Effect of Limb Joints and Limb Movement on Intrabody Communications for Body Area Network Applications

This study investigates the influence of human body movement on signal attenuation during intrabody communication (IBC) for body area network (BAN) applications. While recent studies have shown channel loss measurements for IBC caused by upper limb mobility, these attenuations have yet to be addressed with respect to both upper and lower body limbs in full-body implementations. In this paper, a number of in vivo experiments are conducted to determine the signal attenuation of the body during IBC. Since limb joints control human mobility, the impacts of the elbow and knee joints within the signal path as well as the effects of joint flexion and extension on signal attenuation are examined. The effects of various natural environments on human body signal transmission are taken into account within a high frequency band (0.3-200 MHz). Results show that the presence of limb joints causes high signal attenuation (up to 8.0 dB).

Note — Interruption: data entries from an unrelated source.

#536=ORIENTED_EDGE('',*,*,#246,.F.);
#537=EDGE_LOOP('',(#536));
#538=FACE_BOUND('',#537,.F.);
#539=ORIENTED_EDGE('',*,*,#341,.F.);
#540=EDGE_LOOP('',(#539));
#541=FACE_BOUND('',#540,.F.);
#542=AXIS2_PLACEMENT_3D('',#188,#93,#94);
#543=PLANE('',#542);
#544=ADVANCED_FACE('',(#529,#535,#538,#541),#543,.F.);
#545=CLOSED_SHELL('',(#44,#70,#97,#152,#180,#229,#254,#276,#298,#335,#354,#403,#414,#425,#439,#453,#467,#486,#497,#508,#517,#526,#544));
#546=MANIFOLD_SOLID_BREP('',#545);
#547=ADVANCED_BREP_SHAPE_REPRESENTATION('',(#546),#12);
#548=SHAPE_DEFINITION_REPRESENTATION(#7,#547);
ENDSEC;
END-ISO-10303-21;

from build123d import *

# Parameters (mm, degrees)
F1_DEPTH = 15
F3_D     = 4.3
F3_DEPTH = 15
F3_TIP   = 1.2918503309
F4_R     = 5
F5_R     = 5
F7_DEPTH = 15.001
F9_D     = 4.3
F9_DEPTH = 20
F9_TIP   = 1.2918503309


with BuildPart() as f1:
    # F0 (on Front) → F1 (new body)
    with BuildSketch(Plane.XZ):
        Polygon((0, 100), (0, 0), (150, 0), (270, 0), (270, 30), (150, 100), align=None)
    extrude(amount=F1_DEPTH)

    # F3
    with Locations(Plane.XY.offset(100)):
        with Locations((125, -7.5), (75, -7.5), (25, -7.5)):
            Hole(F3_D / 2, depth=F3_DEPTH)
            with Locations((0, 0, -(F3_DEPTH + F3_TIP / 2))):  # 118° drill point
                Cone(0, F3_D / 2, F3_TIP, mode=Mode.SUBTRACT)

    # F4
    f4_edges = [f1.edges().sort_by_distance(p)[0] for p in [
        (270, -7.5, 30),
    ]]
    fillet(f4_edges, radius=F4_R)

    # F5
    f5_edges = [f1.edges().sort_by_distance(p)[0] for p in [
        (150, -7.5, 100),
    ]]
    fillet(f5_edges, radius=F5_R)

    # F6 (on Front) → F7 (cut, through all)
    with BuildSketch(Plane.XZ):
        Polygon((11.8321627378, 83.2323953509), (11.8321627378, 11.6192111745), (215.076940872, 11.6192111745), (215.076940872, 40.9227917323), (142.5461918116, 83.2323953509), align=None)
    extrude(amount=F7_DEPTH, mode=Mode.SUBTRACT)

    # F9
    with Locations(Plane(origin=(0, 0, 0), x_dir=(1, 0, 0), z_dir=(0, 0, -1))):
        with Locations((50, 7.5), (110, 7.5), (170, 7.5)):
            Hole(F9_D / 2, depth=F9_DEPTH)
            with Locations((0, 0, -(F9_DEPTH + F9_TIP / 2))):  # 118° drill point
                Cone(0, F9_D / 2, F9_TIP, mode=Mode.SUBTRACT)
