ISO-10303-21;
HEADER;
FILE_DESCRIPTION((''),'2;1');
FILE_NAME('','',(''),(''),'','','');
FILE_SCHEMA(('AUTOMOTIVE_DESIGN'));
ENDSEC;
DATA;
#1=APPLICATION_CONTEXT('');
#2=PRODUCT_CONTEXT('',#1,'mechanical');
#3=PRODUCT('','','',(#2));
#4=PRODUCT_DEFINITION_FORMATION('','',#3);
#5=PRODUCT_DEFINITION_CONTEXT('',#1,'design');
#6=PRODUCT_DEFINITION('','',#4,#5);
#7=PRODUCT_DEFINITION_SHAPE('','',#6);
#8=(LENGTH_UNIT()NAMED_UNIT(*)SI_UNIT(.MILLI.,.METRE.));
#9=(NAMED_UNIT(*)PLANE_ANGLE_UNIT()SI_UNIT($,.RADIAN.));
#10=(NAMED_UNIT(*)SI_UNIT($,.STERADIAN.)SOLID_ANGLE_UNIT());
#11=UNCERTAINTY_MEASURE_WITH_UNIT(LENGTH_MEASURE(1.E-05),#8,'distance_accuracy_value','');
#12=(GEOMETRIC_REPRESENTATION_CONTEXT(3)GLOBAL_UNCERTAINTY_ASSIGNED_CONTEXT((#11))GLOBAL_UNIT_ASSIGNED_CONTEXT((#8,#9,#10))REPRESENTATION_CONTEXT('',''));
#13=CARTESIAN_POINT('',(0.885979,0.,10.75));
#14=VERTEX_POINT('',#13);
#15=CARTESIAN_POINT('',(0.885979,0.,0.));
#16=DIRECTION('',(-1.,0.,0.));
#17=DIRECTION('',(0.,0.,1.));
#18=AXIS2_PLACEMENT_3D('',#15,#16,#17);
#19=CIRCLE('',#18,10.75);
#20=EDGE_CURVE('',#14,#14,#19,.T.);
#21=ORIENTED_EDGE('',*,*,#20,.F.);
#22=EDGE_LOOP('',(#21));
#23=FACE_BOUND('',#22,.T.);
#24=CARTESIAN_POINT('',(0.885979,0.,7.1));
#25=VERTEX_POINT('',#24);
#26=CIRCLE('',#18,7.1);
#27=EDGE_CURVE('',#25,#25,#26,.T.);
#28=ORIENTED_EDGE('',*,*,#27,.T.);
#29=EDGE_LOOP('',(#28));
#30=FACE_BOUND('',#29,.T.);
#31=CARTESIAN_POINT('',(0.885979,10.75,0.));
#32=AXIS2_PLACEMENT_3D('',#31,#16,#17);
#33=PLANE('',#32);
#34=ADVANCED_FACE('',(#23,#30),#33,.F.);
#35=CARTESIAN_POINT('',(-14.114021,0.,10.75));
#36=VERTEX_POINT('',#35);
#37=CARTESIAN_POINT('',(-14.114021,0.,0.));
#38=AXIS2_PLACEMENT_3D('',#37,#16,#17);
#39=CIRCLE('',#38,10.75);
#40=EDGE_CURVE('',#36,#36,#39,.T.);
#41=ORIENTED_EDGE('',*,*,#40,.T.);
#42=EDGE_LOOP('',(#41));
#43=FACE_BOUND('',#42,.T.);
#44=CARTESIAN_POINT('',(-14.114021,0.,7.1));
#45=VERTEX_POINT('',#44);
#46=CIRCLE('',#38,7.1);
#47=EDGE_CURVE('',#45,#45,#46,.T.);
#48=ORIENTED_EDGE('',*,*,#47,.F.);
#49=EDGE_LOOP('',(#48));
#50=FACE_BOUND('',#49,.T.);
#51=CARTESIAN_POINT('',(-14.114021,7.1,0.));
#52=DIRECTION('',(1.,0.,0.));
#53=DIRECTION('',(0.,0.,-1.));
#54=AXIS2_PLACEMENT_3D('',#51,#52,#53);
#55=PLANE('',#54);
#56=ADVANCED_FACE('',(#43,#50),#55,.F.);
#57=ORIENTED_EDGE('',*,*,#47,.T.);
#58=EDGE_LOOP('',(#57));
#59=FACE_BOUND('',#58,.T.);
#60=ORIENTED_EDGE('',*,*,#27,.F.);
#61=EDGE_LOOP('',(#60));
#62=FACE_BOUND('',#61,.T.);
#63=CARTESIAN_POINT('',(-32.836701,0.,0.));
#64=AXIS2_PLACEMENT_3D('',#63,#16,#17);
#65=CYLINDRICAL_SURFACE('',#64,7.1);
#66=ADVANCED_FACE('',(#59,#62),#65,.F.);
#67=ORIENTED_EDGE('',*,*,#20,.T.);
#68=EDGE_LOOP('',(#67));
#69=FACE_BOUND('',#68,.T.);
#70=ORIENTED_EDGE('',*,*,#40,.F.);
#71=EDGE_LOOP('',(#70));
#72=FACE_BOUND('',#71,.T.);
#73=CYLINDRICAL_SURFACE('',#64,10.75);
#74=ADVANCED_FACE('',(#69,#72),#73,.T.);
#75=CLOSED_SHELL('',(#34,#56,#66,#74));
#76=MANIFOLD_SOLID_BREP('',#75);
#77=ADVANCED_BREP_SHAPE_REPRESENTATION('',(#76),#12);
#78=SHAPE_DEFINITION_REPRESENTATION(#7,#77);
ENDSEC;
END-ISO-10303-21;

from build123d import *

# Parameters (mm, degrees)
ESQUISSE1_W = 15
ESQUISSE1_H = 3.65


with BuildPart() as part:
    # Esquisse1 → Révolution1 (revolve)
    with BuildSketch(Plane.XY, mode=Mode.PRIVATE) as r_volution1_sk:
        with Locations((-6.614021, 8.925)):
            Rectangle(ESQUISSE1_W, ESQUISSE1_H)
    revolve(r_volution1_sk.sketch.rotate(Axis((-32.836701031, 0, 0), (1, 0, 0)), 90), axis=Axis((-32.836701031, 0, 0), (1, 0, 0)))  # turned: the seam where the file's is


solid = part.part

Moreover, the signal attenuation decreases with decreasing joint angle; for example, flexion of the elbow joint resulted in 5.0 dB of signal attenuation at 10 MHz. The results indicate that IBC is most likely to be influenced by movement with frequencies below 50 MHz. Above this, signal attenuation is more influenced by the environment and is less dependent on human body composition, indicating that the signal is less coupled through the body.